Trigger Based Change Data Capture (CDC) is a read strategy which allows you to load the data in your database tables incrementally instead of loading it completely at every run. This becomes useful with large databases where re-loading complete tables is not feasible every time. Trigger Based CDC uses triggers to identify any changes in the data source on being run and loads data accordingly.
In this article, we’ll be looking at how you can enable and use the Trigger Based CDC option in Astera.
In this example, we have a database table containing basic data of a company’s employees. We want to store it at a new database table such that we can update the new table on any change in the source without having to completely load the source table again.
Here, we have the pre-configured database table source containing basic data of a company’s employees.
You can enable CDC from the context menu of the Database Table Source object as shown below.
This opens a dialogue box titled Select Columns. Here, select the required fields on which you want to enable the CDC.
In this case, we’ll select all the fields to monitor changes, including Employee ID which is our primary key field. It is important to note here that it is mandatory to select the primary key field of a table. After the selection, click on OK.
A confirmation dialogue box appears, click on OK again. Trigger Based CDC has now been enabled.
Now, right-click on the source object and proceed to Change Data Capture.
Here, you can see that the Change Data Capture is enabled on the table.
In case you require the complete database table to be loaded regardless of any changes on the first run of the dataflow, select the checkbox titled Perform full load on first run from the properties of the source object.
Next, set up the destination table where a store of the data is to be kept as it updates in the source table.
Add a database destination object by going to Toolbox > Destinations > Database Table Destination.
Configure it by opening its properties. Click Next after selecting the database where you want the store to be.
In our case, the table is already present in our database, and can be selected from the Pick Table option.
In the Define Input Ports for Mapping section, it is preferable to select the Upsert checkbox with a CDC enabled source as the incoming data can contain new as well as updated records. In the Select Fields for Matching Database Record, choose the EmployeeID which is also the primary key and is unique for each record in our database table.
To further learn about the Database Table Destination object, click here.
Now, map all the fields from the Database Table Source to the Database Destination object.
Run the dataflow, in the job progress window you can see that the nine entries from the source table have been read and written to the destination table.
Now, run the dataflow again, you can see in the Job Progress window that there is no input at all. Meaning that the Database Table Source object did not load any data from the database table.
A new record has now been added to the Employees source table. On running the dataflow again, you can see in the job progress window that there is one input and consequently one output written to the destination table. That is to say that our database source object only accessed the new entry of the source table.
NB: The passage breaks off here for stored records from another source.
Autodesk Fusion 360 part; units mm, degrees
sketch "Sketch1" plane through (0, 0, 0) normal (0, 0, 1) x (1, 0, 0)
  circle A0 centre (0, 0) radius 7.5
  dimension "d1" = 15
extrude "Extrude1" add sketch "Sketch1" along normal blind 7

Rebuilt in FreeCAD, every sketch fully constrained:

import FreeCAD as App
import Part
import Sketcher
from FreeCAD import Vector
Q = App.Units.Quantity

doc = App.newDocument("Part")
body = doc.addObject("PartDesign::Body", "Body")

sketch1 = doc.addObject("Sketcher::SketchObject", "Sketch")
body.addObject(sketch1)
sketch1.AttachmentSupport = (doc.XY_Plane, [""])
sketch1.MapMode = "FlatFace"
sketch1.addGeometry(Part.Circle(Vector(0, 0, 0), Vector(0, 0, 1), 8), False)
sketch1.addConstraint(Sketcher.Constraint("Coincident", 0, 3, -1, 1))
sketch1.addConstraint(Sketcher.Constraint("Diameter", 0, Q("15 mm")))
pad1 = doc.addObject("PartDesign::Pad", "Pad")
body.addObject(pad1)
pad1.Profile = sketch1
pad1.Length = 7

doc.recompute()
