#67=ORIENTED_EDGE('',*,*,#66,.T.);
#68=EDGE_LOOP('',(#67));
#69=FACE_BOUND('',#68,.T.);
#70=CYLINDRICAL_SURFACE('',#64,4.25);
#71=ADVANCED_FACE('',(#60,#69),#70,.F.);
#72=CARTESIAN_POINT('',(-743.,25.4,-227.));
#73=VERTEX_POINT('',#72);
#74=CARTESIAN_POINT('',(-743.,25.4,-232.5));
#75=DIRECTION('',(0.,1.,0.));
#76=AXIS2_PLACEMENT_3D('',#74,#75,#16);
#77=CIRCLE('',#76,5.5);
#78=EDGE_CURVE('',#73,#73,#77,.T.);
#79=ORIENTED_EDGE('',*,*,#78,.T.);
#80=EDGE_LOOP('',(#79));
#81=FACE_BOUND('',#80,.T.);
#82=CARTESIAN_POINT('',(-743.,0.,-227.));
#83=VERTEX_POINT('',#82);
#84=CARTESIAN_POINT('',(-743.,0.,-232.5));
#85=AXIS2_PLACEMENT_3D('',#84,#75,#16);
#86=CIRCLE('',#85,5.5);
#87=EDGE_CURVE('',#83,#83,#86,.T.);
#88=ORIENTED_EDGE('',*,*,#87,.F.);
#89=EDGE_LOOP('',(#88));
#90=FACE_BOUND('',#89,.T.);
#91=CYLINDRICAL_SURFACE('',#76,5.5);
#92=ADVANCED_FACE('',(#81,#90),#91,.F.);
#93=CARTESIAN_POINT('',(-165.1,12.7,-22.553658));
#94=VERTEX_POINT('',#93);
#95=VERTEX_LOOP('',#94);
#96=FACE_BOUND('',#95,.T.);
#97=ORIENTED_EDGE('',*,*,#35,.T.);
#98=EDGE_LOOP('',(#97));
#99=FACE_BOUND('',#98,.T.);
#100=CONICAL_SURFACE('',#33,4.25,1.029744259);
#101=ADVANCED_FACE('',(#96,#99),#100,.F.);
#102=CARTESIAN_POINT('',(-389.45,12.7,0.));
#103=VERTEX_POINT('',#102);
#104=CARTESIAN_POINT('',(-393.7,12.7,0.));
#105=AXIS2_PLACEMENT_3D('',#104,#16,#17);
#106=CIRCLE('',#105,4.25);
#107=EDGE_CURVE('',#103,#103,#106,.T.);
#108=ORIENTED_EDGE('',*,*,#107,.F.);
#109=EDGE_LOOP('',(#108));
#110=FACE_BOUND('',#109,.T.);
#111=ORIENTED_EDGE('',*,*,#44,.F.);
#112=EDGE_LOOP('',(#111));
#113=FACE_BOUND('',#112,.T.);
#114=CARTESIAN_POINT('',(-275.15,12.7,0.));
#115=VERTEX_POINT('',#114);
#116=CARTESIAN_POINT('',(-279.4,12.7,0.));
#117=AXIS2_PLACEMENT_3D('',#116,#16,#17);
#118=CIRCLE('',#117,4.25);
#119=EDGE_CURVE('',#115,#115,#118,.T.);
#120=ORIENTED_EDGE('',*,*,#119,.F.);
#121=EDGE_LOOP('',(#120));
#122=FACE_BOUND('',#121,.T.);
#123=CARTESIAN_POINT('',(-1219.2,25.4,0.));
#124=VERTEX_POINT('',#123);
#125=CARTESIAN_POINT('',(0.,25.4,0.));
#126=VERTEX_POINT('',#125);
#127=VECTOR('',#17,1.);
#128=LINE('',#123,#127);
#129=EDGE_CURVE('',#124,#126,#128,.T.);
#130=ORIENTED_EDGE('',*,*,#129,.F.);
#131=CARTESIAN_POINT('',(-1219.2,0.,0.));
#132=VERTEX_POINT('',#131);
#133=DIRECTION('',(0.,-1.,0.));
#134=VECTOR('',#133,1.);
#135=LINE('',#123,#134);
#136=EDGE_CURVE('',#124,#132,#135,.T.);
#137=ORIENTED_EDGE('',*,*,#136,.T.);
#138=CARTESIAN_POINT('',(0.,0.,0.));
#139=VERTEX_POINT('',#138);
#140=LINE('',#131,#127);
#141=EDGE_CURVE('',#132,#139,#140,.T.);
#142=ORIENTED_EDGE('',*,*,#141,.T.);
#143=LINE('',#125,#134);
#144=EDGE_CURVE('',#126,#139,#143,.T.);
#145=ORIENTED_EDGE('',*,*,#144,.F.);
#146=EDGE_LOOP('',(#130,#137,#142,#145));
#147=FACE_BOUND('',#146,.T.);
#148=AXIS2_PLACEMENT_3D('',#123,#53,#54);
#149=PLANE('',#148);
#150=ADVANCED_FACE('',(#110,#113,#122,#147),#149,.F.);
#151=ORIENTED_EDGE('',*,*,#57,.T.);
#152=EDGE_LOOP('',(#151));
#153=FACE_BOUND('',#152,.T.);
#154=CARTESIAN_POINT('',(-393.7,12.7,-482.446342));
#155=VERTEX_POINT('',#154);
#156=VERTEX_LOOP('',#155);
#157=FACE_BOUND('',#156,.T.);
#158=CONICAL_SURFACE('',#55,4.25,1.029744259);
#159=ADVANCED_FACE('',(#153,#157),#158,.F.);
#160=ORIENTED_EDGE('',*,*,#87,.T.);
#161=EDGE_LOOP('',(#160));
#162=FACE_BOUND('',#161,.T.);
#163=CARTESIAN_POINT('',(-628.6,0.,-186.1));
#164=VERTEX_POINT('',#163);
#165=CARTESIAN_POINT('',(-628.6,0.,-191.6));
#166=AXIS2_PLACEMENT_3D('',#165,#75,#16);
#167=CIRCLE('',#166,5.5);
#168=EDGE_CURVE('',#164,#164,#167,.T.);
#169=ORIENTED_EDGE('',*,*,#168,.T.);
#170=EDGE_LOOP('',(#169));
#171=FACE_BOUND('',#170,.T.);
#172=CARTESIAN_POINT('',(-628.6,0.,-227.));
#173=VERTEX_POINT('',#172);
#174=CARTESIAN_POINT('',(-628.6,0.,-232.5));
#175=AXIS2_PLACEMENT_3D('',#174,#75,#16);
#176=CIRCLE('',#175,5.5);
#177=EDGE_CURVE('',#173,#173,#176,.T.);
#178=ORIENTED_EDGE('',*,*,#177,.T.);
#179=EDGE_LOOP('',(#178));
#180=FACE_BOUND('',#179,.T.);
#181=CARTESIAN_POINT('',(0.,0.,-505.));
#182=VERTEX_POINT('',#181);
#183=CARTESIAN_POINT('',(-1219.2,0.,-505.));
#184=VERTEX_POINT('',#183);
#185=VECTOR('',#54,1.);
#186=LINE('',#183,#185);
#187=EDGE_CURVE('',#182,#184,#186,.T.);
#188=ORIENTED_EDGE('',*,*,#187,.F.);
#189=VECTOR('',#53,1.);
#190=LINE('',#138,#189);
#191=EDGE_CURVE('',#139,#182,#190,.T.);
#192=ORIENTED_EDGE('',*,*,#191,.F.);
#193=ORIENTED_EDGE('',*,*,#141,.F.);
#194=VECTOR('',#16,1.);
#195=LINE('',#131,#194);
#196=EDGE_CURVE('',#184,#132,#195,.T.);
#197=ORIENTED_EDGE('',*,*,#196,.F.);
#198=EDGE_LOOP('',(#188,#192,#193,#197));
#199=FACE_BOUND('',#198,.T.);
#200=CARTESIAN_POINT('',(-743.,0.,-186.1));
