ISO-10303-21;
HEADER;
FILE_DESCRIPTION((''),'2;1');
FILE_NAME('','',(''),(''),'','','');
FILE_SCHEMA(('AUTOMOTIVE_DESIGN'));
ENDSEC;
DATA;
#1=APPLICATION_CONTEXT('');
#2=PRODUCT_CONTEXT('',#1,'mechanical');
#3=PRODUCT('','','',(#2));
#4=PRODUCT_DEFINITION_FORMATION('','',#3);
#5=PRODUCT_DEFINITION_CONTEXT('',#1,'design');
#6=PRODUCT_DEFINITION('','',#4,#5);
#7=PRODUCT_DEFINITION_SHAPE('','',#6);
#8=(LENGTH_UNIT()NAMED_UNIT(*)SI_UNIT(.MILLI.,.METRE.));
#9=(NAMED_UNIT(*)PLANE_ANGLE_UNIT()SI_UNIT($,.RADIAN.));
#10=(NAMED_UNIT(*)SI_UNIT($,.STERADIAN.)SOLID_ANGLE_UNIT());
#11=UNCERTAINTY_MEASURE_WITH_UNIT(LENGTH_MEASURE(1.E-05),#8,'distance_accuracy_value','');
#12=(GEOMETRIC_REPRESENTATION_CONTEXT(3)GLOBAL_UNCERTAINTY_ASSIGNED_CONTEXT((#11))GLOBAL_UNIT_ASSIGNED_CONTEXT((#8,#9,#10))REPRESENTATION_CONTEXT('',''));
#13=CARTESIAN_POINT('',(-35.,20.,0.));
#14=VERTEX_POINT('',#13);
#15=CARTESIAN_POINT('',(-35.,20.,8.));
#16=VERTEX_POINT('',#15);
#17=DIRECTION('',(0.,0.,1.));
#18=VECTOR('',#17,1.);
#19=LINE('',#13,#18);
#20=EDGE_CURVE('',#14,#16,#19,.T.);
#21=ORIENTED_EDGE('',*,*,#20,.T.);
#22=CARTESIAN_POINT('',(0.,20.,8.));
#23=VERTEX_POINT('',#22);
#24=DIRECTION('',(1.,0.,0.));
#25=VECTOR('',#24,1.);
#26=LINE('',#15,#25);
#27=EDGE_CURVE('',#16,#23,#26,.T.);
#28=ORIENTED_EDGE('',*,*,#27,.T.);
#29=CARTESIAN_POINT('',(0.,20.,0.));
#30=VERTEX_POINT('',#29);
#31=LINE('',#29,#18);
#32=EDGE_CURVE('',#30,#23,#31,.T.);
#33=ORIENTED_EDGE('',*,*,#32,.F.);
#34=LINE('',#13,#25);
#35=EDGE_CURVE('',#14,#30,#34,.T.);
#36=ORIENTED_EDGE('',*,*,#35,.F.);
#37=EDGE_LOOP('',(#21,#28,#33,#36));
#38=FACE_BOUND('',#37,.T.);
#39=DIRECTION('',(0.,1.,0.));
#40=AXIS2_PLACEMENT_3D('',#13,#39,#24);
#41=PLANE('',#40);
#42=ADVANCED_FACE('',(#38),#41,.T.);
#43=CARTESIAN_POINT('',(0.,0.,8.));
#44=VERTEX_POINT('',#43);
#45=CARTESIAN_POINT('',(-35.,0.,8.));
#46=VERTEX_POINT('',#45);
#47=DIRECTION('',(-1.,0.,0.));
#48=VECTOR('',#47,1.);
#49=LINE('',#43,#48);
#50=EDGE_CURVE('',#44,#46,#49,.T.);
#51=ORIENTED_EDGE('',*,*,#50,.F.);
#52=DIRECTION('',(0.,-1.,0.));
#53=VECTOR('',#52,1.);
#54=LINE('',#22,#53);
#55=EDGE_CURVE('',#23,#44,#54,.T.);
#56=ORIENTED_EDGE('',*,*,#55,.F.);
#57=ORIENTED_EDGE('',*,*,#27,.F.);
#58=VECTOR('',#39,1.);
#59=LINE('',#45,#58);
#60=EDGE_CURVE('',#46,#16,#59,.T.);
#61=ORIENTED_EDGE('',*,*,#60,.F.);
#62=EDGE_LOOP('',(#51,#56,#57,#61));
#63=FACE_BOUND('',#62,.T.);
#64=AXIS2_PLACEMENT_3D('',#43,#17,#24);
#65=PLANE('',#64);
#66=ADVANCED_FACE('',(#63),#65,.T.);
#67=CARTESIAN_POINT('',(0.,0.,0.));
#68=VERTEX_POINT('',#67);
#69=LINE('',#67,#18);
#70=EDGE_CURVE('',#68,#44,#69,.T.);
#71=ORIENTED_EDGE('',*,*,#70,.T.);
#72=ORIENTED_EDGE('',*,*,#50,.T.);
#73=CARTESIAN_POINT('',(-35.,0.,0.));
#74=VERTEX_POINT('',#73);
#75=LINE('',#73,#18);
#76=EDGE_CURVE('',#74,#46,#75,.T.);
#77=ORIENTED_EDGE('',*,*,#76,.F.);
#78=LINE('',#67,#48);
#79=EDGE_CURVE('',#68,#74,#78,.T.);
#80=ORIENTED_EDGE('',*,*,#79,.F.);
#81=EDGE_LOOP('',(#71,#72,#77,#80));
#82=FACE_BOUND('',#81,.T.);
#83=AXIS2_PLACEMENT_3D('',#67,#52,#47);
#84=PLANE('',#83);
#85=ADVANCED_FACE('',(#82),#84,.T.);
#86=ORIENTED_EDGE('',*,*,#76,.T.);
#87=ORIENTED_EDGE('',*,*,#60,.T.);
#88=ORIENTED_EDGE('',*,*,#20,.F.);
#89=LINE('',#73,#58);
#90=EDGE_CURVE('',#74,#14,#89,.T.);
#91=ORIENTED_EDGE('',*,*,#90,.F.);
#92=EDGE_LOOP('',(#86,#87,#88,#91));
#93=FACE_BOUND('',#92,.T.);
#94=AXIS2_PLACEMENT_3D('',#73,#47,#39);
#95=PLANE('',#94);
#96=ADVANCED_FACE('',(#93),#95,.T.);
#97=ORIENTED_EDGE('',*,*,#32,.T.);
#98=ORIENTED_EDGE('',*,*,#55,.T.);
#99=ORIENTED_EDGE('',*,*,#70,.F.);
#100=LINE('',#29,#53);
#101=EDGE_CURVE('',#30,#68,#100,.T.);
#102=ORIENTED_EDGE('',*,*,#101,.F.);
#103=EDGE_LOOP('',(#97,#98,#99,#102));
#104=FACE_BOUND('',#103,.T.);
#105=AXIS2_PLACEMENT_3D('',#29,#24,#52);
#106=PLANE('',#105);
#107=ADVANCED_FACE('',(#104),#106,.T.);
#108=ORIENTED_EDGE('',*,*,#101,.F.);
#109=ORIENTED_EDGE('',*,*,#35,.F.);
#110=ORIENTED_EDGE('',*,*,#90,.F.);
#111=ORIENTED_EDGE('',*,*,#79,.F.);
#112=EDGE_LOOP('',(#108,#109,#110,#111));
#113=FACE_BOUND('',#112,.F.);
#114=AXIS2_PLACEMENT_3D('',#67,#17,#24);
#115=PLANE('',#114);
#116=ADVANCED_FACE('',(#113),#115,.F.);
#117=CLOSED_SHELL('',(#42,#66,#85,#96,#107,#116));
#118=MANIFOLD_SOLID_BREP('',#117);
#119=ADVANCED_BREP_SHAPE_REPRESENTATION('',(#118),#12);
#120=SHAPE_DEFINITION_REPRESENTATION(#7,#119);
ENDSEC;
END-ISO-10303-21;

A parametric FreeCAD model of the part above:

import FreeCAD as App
import Part
import Sketcher


def add_polygon(sketch, points):
    """Adds a closed chain of lines whose ends are joined by coincident constraints."""
    first, n = sketch.GeometryCount, len(points)
    for a, b in zip(points, points[1:] + points[:1]):
        sketch.addGeometry(Part.LineSegment(App.Vector(*a, 0), App.Vector(*b, 0)), False)
    for i in range(n):
        sketch.addConstraint(Sketcher.Constraint("Coincident", first + i, 2, first + (i + 1) % n, 1))

doc = App.newDocument("Part")
body = doc.addObject("PartDesign::Body", "Body")

# Sketch on XY plane
sketch1 = doc.addObject("Sketcher::SketchObject", "Sketch")
body.addObject(sketch1)
sketch1.AttachmentSupport = (doc.XY_Plane, [""])
sketch1.MapMode = "FlatFace"
add_polygon(sketch1, [(-35, 0), (0, 0), (0, 20), (-35, 20)])  # lines 0-3
sketch1.addConstraint(Sketcher.Constraint("Horizontal", 0))
sketch1.addConstraint(Sketcher.Constraint("Vertical", 1))
sketch1.addConstraint(Sketcher.Constraint("Horizontal", 2))
sketch1.addConstraint(Sketcher.Constraint("Vertical", 3))
sketch1.addConstraint(Sketcher.Constraint("Coincident", 0, 2, -1, 1))
sketch1.addConstraint(Sketcher.Constraint("DistanceX", 0, 1, 0, 2, 35.0))
sketch1.addConstraint(Sketcher.Constraint("DistanceY", 1, 1, 1, 2, 20.0))
pad1 = doc.addObject("PartDesign::Pad", "Pad")
body.addObject(pad1)
pad1.Profile = sketch1
pad1.Length = 8

doc.recompute()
Similarly, if any records get updated, they will be automatically detected and processed.
In the Data Source Browser in the relevant database, after enabling the CDC in the relevant source you can see that Astera creates tables for the management of CDC. An info table and an Astera table for the Employees table were created for this particular use case.
The CDC_CDCTABLESINFO_CP shows the tables for which the CDC has been enabled in the database and also the last time and date at which the data in the table was processed.
The Astera table is an audit table which stores the changes that occur with the data in the table for the fields for which CDC was enabled, the time at which the change occurred and the action (insertion, deletion or update) for that change. In our use case, CDC_dbo_Employees_CP is the Astera table.
When the read strategy Trigger based CDC is enabled, Astera uses these two tables on every run to check for any changes and loads them accordingly.
This concludes our article on Trigger Based CDC in Astera Data Stack.